[Items from a data source]
- - - - -
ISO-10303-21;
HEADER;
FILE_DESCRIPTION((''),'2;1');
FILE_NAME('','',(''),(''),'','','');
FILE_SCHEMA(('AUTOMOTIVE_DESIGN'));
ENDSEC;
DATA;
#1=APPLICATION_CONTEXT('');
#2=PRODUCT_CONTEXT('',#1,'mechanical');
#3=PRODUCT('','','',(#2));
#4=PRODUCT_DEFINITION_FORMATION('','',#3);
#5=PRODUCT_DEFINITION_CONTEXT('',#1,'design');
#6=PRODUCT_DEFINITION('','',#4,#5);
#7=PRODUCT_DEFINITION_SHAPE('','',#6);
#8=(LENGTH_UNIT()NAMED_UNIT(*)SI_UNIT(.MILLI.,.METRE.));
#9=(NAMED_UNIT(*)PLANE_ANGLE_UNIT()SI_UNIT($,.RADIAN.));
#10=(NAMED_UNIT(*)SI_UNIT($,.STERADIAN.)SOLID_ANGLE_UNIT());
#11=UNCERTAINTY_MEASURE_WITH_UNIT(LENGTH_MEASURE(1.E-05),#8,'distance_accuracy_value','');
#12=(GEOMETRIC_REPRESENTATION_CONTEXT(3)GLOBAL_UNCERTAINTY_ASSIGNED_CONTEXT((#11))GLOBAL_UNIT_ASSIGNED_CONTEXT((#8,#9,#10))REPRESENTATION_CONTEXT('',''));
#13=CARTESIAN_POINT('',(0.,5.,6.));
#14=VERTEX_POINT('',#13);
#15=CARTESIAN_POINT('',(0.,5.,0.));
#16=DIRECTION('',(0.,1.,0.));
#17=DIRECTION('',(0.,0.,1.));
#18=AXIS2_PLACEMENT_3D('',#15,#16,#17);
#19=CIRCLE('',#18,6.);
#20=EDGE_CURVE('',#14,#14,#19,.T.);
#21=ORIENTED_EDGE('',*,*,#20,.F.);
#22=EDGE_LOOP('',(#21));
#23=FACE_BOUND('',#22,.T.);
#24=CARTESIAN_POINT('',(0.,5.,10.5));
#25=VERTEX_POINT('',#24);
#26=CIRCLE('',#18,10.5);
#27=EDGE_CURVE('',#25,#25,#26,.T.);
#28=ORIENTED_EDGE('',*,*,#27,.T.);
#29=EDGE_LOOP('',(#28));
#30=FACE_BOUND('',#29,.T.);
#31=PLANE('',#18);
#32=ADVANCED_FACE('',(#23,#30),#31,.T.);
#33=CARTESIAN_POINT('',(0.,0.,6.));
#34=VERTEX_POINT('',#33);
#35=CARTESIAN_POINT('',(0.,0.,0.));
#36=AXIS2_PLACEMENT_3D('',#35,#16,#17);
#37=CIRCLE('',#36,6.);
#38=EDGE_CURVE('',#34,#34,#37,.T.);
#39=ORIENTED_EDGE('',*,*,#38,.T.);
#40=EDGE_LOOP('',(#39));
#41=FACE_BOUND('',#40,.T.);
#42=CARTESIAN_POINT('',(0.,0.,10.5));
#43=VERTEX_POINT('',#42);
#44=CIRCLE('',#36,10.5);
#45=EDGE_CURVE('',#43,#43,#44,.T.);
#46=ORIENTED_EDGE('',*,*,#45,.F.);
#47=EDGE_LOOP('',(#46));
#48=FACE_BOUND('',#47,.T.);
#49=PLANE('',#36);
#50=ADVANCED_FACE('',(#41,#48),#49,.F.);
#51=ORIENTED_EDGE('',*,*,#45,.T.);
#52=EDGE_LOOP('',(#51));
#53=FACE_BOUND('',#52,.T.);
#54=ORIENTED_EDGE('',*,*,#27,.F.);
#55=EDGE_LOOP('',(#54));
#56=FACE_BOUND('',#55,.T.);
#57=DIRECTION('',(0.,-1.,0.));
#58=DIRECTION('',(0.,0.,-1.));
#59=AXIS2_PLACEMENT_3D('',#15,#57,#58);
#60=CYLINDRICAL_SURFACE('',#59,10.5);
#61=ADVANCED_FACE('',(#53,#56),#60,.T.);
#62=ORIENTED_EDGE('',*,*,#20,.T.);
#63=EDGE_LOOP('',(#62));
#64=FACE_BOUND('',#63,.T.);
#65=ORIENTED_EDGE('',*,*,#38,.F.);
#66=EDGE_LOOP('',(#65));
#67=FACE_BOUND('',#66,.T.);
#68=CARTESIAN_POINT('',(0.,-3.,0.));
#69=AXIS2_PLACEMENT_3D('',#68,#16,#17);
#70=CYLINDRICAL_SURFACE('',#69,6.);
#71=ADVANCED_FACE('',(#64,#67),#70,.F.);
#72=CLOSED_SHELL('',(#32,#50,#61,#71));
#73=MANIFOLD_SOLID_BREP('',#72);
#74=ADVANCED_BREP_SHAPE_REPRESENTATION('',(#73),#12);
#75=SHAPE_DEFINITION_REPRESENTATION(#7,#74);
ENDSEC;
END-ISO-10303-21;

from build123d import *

# Parameters (mm, degrees)
SKETCH5_R           = 10.5
BOSS_EXTRUDE2_DEPTH = 5
SKETCH6_R           = 6
CUT_EXTRUDE3_DEPTH  = 8


with BuildPart() as part:
    # Sketch5 → Boss-Extrude2 (new body)
    with BuildSketch(Plane(origin=(0, 0, 0), x_dir=(1, 0, 0), z_dir=(0, 1, 0))):
        Circle(SKETCH5_R)
    extrude(amount=BOSS_EXTRUDE2_DEPTH)

    # Sketch6 → Cut-Extrude3 (cut)
    with BuildSketch(Plane(origin=(0, 5, 0), x_dir=(1, 0, 0), z_dir=(0, 1, 0))):
        Circle(SKETCH6_R)
    extrude(amount=-CUT_EXTRUDE3_DEPTH, mode=Mode.SUBTRACT)


solid = part.part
- - - - -
# Task goal:
Print every record above exactly as it appears.

# Answer for the task:
ISO-10303-21;
HEADER;
FILE_DESCRIPTION((''),'2;1');
FILE_NAME('','',(''),(''),'','','');
FILE_SCHEMA(('AUTOMOTIVE_DESIGN'));
ENDSEC;
DATA;
#1=APPLICATION_CONTEXT('');
#2=PRODUCT_CONTEXT('',#1,'mechanical');
#3=PRODUCT('','','',(#2));
#4=PRODUCT_DEFINITION_FORMATION('','',#3);
#5=PRODUCT_DEFINITION_CONTEXT('',#1,'design');
#6=PRODUCT_DEFINITION('','',#4,#5);
#7=PRODUCT_DEFINITION_SHAPE('','',#6);
#8=(LENGTH_UNIT()NAMED_UNIT(*)SI_UNIT(.MILLI.,.METRE.));
#9=(NAMED_UNIT(*)PLANE_ANGLE_UNIT()SI_UNIT($,.RADIAN.));
#10=(NAMED_UNIT(*)SI_UNIT($,.STERADIAN.)SOLID_ANGLE_UNIT());
#11=UNCERTAINTY_MEASURE_WITH_UNIT(LENGTH_MEASURE(1.E-05),#8,'distance_accuracy_value','');
#12=(GEOMETRIC_REPRESENTATION_CONTEXT(3)GLOBAL_UNCERTAINTY_ASSIGNED_CONTEXT((#11))GLOBAL_UNIT_ASSIGNED_CONTEXT((#8,#9,#10))REPRESENTATION_CONTEXT('',''));
#13=CARTESIAN_POINT('',(0.,5.,6.));
#14=VERTEX_POINT('',#13);
#15=CARTESIAN_POINT('',(0.,5.,0.));
#16=DIRECTION('',(0.,1.,0.));
#17=DIRECTION('',(0.,0.,1.));
#18=AXIS2_PLACEMENT_3D('',#15,#16,#17);
#19=CIRCLE('',#18,6.);
#20=EDGE_CURVE('',#14,#14,#19,.T.);
#21=ORIENTED_EDGE('',*,*,#20,.F.);
#22=EDGE_LOOP('',(#21));
#23=FACE_BOUND('',#22,.T.);
#24=CARTESIAN_POINT('',(0.,5.,10.5));
#25=VERTEX_POINT('',#24);
#26=CIRCLE('',#18,10.5);
#27=EDGE_CURVE('',#25,#25,#26,.T.);
#28=ORIENTED_EDGE('',*,*,#27,.T.);
#29=EDGE_LOOP('',(#28));
#30=FACE_BOUND('',#29,.T.);
#31=PLANE('',#18);
#32=ADVANCED_FACE('',(#23,#30),#31,.T.);
#33=CARTESIAN_POINT('',(0.,0.,6.));
#34=VERTEX_POINT('',#33);
#35=CARTESIAN_POINT('',(0.,0.,0.));
#36=AXIS2_PLACEMENT_3D('',#35,#16,#17);
#37=CIRCLE('',#36,6.);
#38=EDGE_CURVE('',#34,#34,#37,.T.);
#39=ORIENTED_EDGE('',*,*,#38,.T.);
#40=EDGE_LOOP('',(#39));
#41=FACE_BOUND('',#40,.T.);
#42=CARTESIAN_POINT('',(0.,0.,10.5));
#43=VERTEX_POINT('',#42);
#44=CIRCLE('',#36,10.5);
#45=EDGE_CURVE('',#43,#43,#44,.T.);
#46=ORIENTED_EDGE('',*,*,#45,.F.);
#47=EDGE_LOOP('',(#46));
#48=FACE_BOUND('',#47,.T.);
#49=PLANE('',#36);
#50=ADVANCED_FACE('',(#41,#48),#49,.F.);
#51=ORIENTED_EDGE('',*,*,#45,.T.);
#52=EDGE_LOOP('',(#51));
#53=FACE_BOUND('',#52,.T.);
#54=ORIENTED_EDGE('',*,*,#27,.F.);
#55=EDGE_LOOP('',(#54));
#56=FACE_BOUND('',#55,.T.);
#57=DIRECTION('',(0.,-1.,0.));
#58=DIRECTION('',(0.,0.,-1.));
#59=AXIS2_PLACEMENT_3D('',#15,#57,#58);
#60=CYLINDRICAL_SURFACE('',#59,10.5);
#61=ADVANCED_FACE('',(#53,#56),#60,.T.);
#62=ORIENTED_EDGE('',*,*,#20,.T.);
#63=EDGE_LOOP('',(#62));
#64=FACE_BOUND('',#63,.T.);
#65=ORIENTED_EDGE('',*,*,#38,.F.);
#66=EDGE_LOOP('',(#65));
#67=FACE_BOUND('',#66,.T.);
#68=CARTESIAN_POINT('',(0.,-3.,0.));
#69=AXIS2_PLACEMENT_3D('',#68,#16,#17);
#70=CYLINDRICAL_SURFACE('',#69,6.);
#71=ADVANCED_FACE('',(#64,#67),#70,.F.);
#72=CLOSED_SHELL('',(#32,#50,#61,#71));
#73=MANIFOLD_SOLID_BREP('',#72);
#74=ADVANCED_BREP_SHAPE_REPRESENTATION('',(#73),#12);
#75=SHAPE_DEFINITION_REPRESENTATION(#7,#74);
ENDSEC;
END-ISO-10303-21;

from build123d import *

# Parameters (mm, degrees)
SKETCH5_R           = 10.5
BOSS_EXTRUDE2_DEPTH = 5
SKETCH6_R           = 6
CUT_EXTRUDE3_DEPTH  = 8


with BuildPart() as part:
    # Sketch5 → Boss-Extrude2 (new body)
    with BuildSketch(Plane(origin=(0, 0, 0), x_dir=(1, 0, 0), z_dir=(0, 1, 0))):
        Circle(SKETCH5_R)
    extrude(amount=BOSS_EXTRUDE2_DEPTH)

    # Sketch6 → Cut-Extrude3 (cut)
    with BuildSketch(Plane(origin=(0, 5, 0), x_dir=(1, 0, 0), z_dir=(0, 1, 0))):
        Circle(SKETCH6_R)
    extrude(amount=-CUT_EXTRUDE3_DEPTH, mode=Mode.SUBTRACT)


solid = part.part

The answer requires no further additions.